Repeat the entries below exactly. Begin with the first line and end with the line that contains "#29=CIRCLE('',#28,8.);".

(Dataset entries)
★ ★ ★ ★

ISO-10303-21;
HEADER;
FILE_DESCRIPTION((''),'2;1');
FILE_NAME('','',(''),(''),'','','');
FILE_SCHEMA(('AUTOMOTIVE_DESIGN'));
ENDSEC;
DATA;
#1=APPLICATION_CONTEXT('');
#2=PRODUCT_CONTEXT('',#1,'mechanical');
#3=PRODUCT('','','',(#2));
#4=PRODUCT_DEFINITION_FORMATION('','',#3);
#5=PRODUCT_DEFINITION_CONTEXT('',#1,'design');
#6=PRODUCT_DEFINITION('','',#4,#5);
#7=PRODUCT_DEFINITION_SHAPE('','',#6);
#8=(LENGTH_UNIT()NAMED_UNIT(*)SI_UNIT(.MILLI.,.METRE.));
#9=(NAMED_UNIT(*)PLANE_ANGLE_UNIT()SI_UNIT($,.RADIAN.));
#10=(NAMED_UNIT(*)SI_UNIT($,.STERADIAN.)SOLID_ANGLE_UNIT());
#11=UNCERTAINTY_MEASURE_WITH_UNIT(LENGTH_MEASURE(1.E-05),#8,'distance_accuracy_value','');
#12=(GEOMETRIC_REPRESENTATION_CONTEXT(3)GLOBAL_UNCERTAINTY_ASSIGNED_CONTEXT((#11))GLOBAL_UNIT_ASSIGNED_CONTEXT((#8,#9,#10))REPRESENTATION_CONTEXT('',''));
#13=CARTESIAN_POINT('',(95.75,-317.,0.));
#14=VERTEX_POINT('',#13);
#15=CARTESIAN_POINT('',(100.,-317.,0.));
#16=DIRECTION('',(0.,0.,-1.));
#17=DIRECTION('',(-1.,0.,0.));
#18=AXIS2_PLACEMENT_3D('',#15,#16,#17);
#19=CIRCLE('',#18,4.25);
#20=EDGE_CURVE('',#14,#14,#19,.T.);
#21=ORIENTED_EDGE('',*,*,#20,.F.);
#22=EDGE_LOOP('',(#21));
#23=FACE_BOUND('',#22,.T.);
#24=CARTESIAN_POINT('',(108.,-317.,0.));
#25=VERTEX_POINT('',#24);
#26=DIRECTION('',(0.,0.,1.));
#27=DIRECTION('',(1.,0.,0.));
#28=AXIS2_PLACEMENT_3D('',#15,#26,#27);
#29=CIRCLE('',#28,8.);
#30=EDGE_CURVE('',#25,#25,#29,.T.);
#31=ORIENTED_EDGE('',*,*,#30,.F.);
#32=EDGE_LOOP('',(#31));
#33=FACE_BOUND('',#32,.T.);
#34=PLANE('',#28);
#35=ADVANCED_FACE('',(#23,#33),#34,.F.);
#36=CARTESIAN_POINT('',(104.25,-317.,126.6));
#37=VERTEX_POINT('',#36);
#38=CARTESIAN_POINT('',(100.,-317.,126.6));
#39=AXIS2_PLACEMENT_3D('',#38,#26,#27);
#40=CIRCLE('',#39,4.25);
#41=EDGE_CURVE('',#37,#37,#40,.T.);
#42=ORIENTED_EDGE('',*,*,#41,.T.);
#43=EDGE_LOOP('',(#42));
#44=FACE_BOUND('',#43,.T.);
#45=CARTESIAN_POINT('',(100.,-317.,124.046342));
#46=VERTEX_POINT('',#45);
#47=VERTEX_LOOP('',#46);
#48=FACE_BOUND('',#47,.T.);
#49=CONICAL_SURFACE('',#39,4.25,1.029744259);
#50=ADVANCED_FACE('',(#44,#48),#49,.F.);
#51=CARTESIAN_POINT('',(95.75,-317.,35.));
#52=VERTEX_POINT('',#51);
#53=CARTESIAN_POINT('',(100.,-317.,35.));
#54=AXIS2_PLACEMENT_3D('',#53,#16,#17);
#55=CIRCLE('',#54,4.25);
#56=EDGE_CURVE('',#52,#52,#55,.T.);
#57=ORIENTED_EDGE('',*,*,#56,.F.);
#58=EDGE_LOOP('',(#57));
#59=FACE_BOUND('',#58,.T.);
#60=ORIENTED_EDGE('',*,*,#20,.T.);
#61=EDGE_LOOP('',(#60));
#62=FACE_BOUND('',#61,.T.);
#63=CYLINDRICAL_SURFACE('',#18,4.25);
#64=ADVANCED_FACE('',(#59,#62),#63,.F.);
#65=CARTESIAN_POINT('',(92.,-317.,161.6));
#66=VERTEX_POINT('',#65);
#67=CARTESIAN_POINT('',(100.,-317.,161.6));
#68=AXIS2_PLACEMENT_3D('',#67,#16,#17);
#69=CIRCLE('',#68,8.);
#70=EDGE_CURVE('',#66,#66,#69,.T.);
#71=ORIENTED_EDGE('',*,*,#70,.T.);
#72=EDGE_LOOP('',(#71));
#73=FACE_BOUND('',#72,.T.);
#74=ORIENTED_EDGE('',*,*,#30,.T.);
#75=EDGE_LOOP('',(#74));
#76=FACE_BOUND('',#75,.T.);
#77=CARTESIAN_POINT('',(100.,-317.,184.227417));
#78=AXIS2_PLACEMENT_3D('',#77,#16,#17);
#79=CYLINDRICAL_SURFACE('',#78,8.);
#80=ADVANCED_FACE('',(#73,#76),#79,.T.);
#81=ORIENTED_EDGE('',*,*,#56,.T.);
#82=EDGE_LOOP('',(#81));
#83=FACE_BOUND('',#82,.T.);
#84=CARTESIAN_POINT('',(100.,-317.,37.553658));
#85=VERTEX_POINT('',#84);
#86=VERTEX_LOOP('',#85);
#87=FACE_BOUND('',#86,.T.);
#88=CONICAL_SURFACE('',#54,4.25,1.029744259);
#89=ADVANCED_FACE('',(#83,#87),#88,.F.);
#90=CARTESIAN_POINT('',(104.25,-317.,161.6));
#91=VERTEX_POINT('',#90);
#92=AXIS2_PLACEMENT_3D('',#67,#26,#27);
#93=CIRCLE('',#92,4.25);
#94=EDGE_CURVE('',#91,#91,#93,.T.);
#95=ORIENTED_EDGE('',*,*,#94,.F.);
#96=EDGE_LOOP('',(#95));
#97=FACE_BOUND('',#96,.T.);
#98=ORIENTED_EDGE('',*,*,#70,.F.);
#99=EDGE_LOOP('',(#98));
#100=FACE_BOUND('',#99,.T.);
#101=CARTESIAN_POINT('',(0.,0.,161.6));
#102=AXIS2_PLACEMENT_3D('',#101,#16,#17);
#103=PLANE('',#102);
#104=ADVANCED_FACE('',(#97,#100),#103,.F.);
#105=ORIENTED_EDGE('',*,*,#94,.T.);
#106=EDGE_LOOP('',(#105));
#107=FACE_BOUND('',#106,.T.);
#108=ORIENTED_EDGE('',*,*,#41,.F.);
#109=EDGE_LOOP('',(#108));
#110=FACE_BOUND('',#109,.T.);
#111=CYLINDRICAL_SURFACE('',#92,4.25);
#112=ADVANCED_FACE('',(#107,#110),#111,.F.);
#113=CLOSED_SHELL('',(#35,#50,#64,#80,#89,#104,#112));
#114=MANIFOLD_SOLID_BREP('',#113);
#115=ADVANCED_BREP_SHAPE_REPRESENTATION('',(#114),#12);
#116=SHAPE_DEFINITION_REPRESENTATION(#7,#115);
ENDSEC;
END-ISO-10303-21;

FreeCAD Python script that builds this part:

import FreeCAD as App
import Part
import Sketcher

doc = App.newDocument("Part")
body = doc.addObject("PartDesign::Body", "Body")

# Sketch on XY plane
sketch1 = doc.addObject("Sketcher::SketchObject", "Sketch")
body.addObject(sketch1)
sketch1.AttachmentSupport = (doc.XY_Plane, [""])
sketch1.MapMode = "FlatFace"
sketch1.addGeometry(Part.Circle(App.Vector(100, -317, 0), App.Vector(0, 0, 1), 8), False)
sketch1.addConstraint([
    Sketcher.Constraint("Diameter", 0, 16.0),
    Sketcher.Constraint("DistanceX", -1, 1, 0, 3, 100.0),
    Sketcher.Constraint("DistanceY", 0, 3, -1, 1, 317.0),
])
pad1 = doc.addObject("PartDesign::Pad", "Pad")
body.addObject(pad1)
pad1.Profile = sketch1
pad1.Length = 161.6

# Sketch on XY plane
sketch2 = doc.addObject("Sketcher::SketchObject", "Sketch001")
body.addObject(sketch2)
sketch2.AttachmentSupport = (doc.XY_Plane, [""])
sketch2.MapMode = "FlatFace"
sketch2.AttachmentOffset = App.Placement(App.Vector(0, 0, 161.6), App.Rotation())
sketch2.addGeometry(Part.Circle(App.Vector(100, -317, 0), App.Vector(0, 0, 1), 4.2), False)
sketch2.addConstraint([
    Sketcher.Constraint("Diameter", 0, 8.5),
    Sketcher.Constraint("DistanceX", -1, 1, 0, 3, 100.0),
    Sketcher.Constraint("DistanceY", 0, 3, -1, 1, 317.0),
])
doc.recompute()
hole = doc.addObject("PartDesign::Hole", "Hole")
body.addObject(hole)
hole.Profile = sketch2
hole.ThreadType = "None"
hole.Diameter = 8.5
hole.DepthType = "Dimension"
hole.Depth = 35
hole.DrillPoint = "Angled"
hole.DrillPointAngle = 118

# Sketch on XY plane
sketch3 = doc.addObject("Sketcher::SketchObject", "Sketch002")
body.addObject(sketch3)
sketch3.AttachmentSupport = (doc.XY_Plane, [""])
sketch3.MapMode = "FlatFace"
sketch3.addGeometry(Part.Circle(App.Vector(100, -317, 0), App.Vector(0, 0, 1), 4.2), False)
sketch3.addConstraint([
    Sketcher.Constraint("Diameter", 0, 8.5),
    Sketcher.Constraint("DistanceX", -1, 1, 0, 3, 100.0),
    Sketcher.Constraint("DistanceY", 0, 3, -1, 1, 317.0),
])
doc.recompute()
hole2 = doc.addObject("PartDesign::Hole", "Hole001")
body.addObject(hole2)
hole2.Profile = sketch3
hole2.ThreadType = "None"
hole2.Diameter = 8.5
hole2.DepthType = "Dimension"
hole2.Depth = 35
hole2.DrillPoint = "Angled"
hole2.DrillPointAngle = 118
hole2.Reversed = True

doc.recompute()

★ ★ ★ ★

Finished task:
ISO-10303-21;
HEADER;
FILE_DESCRIPTION((''),'2;1');
FILE_NAME('','',(''),(''),'','','');
FILE_SCHEMA(('AUTOMOTIVE_DESIGN'));
ENDSEC;
DATA;
#1=APPLICATION_CONTEXT('');
#2=PRODUCT_CONTEXT('',#1,'mechanical');
#3=PRODUCT('','','',(#2));
#4=PRODUCT_DEFINITION_FORMATION('','',#3);
#5=PRODUCT_DEFINITION_CONTEXT('',#1,'design');
#6=PRODUCT_DEFINITION('','',#4,#5);
#7=PRODUCT_DEFINITION_SHAPE('','',#6);
#8=(LENGTH_UNIT()NAMED_UNIT(*)SI_UNIT(.MILLI.,.METRE.));
#9=(NAMED_UNIT(*)PLANE_ANGLE_UNIT()SI_UNIT($,.RADIAN.));
#10=(NAMED_UNIT(*)SI_UNIT($,.STERADIAN.)SOLID_ANGLE_UNIT());
#11=UNCERTAINTY_MEASURE_WITH_UNIT(LENGTH_MEASURE(1.E-05),#8,'distance_accuracy_value','');
#12=(GEOMETRIC_REPRESENTATION_CONTEXT(3)GLOBAL_UNCERTAINTY_ASSIGNED_CONTEXT((#11))GLOBAL_UNIT_ASSIGNED_CONTEXT((#8,#9,#10))REPRESENTATION_CONTEXT('',''));
#13=CARTESIAN_POINT('',(95.75,-317.,0.));
#14=VERTEX_POINT('',#13);
#15=CARTESIAN_POINT('',(100.,-317.,0.));
#16=DIRECTION('',(0.,0.,-1.));
#17=DIRECTION('',(-1.,0.,0.));
#18=AXIS2_PLACEMENT_3D('',#15,#16,#17);
#19=CIRCLE('',#18,4.25);
#20=EDGE_CURVE('',#14,#14,#19,.T.);
#21=ORIENTED_EDGE('',*,*,#20,.F.);
#22=EDGE_LOOP('',(#21));
#23=FACE_BOUND('',#22,.T.);
#24=CARTESIAN_POINT('',(108.,-317.,0.));
#25=VERTEX_POINT('',#24);
#26=DIRECTION('',(0.,0.,1.));
#27=DIRECTION('',(1.,0.,0.));
#28=AXIS2_PLACEMENT_3D('',#15,#26,#27);
#29=CIRCLE('',#28,8.);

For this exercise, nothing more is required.